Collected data
━━━━━━━━━━━━━━━━━━━━

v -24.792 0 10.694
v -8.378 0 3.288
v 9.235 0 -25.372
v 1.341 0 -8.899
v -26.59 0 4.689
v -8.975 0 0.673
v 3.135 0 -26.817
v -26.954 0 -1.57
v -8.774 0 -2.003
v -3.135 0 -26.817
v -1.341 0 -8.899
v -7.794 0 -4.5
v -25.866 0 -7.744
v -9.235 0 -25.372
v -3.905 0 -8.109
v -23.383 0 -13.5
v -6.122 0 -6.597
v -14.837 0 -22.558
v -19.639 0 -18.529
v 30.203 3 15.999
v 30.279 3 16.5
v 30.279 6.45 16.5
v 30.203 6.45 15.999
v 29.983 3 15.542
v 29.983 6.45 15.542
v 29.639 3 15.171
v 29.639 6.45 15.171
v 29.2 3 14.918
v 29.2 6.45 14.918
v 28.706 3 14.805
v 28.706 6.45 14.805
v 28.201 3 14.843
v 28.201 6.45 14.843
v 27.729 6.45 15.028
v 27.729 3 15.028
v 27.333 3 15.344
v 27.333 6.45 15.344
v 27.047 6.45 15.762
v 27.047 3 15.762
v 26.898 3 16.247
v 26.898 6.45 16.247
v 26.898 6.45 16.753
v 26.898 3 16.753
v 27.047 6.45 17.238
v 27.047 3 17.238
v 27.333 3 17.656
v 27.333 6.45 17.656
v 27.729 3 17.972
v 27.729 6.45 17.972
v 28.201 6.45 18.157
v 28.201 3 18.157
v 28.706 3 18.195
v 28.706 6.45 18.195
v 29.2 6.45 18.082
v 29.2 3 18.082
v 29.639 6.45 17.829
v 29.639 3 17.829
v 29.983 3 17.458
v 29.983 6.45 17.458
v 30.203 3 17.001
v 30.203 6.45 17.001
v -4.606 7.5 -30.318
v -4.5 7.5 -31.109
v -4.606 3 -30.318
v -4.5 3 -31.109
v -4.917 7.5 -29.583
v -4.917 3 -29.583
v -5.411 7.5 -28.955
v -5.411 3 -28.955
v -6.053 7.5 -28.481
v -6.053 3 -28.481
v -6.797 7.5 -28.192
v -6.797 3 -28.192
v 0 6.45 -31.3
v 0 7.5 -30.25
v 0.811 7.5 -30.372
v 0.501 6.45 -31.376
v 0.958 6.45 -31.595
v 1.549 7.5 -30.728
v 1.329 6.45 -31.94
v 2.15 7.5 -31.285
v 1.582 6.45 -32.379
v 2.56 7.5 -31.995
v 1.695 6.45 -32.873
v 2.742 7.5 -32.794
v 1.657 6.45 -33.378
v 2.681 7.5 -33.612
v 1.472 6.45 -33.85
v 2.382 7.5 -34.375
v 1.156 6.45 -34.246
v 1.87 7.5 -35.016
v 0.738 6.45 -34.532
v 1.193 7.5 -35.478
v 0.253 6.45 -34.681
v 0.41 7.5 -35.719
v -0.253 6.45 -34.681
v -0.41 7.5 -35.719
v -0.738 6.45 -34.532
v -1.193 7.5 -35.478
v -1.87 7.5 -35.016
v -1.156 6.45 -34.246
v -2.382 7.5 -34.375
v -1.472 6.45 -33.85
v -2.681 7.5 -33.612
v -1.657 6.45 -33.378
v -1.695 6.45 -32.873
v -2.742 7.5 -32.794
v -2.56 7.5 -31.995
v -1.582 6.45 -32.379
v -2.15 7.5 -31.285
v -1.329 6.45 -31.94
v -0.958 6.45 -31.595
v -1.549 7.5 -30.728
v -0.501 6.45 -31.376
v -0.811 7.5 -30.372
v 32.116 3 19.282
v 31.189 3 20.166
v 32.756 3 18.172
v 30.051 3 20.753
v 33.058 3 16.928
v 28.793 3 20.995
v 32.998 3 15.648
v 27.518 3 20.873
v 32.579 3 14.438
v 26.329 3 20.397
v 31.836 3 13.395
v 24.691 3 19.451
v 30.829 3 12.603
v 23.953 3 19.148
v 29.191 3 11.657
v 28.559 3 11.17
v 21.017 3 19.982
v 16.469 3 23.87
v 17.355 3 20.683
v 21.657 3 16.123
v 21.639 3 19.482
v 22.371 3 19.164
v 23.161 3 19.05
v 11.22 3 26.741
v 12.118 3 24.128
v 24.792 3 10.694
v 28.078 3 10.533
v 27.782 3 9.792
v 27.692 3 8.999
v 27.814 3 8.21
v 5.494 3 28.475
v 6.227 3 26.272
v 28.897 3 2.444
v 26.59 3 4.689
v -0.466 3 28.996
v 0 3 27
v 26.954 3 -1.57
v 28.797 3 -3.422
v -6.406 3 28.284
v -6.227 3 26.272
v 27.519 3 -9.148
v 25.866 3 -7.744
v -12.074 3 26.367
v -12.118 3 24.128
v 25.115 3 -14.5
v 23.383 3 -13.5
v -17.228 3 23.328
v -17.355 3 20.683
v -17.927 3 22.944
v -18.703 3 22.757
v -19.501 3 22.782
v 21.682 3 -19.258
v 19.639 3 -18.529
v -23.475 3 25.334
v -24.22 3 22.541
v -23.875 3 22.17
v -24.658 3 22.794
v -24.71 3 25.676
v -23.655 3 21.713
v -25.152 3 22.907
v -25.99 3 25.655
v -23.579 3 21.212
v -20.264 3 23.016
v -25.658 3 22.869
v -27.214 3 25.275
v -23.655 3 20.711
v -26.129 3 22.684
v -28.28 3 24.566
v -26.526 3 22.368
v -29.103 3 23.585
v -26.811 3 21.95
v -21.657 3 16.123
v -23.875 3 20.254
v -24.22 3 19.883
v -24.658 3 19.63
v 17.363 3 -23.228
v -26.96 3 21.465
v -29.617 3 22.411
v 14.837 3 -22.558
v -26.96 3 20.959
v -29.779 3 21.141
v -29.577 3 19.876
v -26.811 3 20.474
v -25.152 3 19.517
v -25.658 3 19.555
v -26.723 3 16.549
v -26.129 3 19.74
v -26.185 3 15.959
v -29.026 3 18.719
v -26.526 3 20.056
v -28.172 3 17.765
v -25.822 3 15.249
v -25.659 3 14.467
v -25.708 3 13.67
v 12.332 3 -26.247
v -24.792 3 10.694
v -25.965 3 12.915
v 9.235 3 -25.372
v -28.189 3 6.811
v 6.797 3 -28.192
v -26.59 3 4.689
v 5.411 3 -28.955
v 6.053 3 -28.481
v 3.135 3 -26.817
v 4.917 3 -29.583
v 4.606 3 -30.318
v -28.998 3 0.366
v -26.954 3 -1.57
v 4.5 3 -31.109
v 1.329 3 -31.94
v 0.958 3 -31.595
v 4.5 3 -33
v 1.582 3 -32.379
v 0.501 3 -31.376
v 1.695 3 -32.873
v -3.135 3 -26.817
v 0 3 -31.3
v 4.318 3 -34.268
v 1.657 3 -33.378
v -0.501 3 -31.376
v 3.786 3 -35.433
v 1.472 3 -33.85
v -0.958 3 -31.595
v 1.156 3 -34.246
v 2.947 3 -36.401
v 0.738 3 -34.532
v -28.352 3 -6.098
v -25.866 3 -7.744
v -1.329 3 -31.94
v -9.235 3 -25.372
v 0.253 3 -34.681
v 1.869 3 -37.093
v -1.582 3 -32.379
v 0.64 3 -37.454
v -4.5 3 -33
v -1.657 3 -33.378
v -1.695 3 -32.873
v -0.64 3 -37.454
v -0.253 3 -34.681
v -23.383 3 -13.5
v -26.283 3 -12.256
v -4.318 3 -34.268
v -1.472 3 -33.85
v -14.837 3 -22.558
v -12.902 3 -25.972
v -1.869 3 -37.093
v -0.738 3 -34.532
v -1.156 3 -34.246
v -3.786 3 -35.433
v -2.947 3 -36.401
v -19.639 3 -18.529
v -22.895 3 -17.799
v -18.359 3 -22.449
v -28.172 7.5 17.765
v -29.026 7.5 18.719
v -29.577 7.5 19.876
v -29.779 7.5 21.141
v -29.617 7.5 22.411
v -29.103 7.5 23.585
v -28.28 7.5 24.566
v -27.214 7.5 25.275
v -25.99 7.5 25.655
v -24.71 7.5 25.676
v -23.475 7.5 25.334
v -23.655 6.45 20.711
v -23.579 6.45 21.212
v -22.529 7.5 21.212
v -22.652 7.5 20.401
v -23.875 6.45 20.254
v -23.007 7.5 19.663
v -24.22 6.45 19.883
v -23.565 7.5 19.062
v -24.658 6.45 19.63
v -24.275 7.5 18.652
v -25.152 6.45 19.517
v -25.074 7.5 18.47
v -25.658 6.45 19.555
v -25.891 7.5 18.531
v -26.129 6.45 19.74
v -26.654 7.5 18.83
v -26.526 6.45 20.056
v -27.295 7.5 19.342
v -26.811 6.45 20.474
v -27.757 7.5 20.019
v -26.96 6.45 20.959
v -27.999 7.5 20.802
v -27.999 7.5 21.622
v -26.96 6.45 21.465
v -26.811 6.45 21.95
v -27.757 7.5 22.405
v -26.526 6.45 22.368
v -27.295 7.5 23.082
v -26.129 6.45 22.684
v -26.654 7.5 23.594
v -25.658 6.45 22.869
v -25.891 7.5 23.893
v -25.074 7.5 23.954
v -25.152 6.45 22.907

━━━━━━━━━━━━━━━━━━━━

What is required: What is needed is a verbatim copy of every line in the records above from the one containing "v -17.927 3 22.944" down to the one containing "v 4.606 3 -30.318", both included, and nothing more.

Response for this exercise:
v -17.927 3 22.944
v -18.703 3 22.757
v -19.501 3 22.782
v 21.682 3 -19.258
v 19.639 3 -18.529
v -23.475 3 25.334
v -24.22 3 22.541
v -23.875 3 22.17
v -24.658 3 22.794
v -24.71 3 25.676
v -23.655 3 21.713
v -25.152 3 22.907
v -25.99 3 25.655
v -23.579 3 21.212
v -20.264 3 23.016
v -25.658 3 22.869
v -27.214 3 25.275
v -23.655 3 20.711
v -26.129 3 22.684
v -28.28 3 24.566
v -26.526 3 22.368
v -29.103 3 23.585
v -26.811 3 21.95
v -21.657 3 16.123
v -23.875 3 20.254
v -24.22 3 19.883
v -24.658 3 19.63
v 17.363 3 -23.228
v -26.96 3 21.465
v -29.617 3 22.411
v 14.837 3 -22.558
v -26.96 3 20.959
v -29.779 3 21.141
v -29.577 3 19.876
v -26.811 3 20.474
v -25.152 3 19.517
v -25.658 3 19.555
v -26.723 3 16.549
v -26.129 3 19.74
v -26.185 3 15.959
v -29.026 3 18.719
v -26.526 3 20.056
v -28.172 3 17.765
v -25.822 3 15.249
v -25.659 3 14.467
v -25.708 3 13.67
v 12.332 3 -26.247
v -24.792 3 10.694
v -25.965 3 12.915
v 9.235 3 -25.372
v -28.189 3 6.811
v 6.797 3 -28.192
v -26.59 3 4.689
v 5.411 3 -28.955
v 6.053 3 -28.481
v 3.135 3 -26.817
v 4.917 3 -29.583
v 4.606 3 -30.318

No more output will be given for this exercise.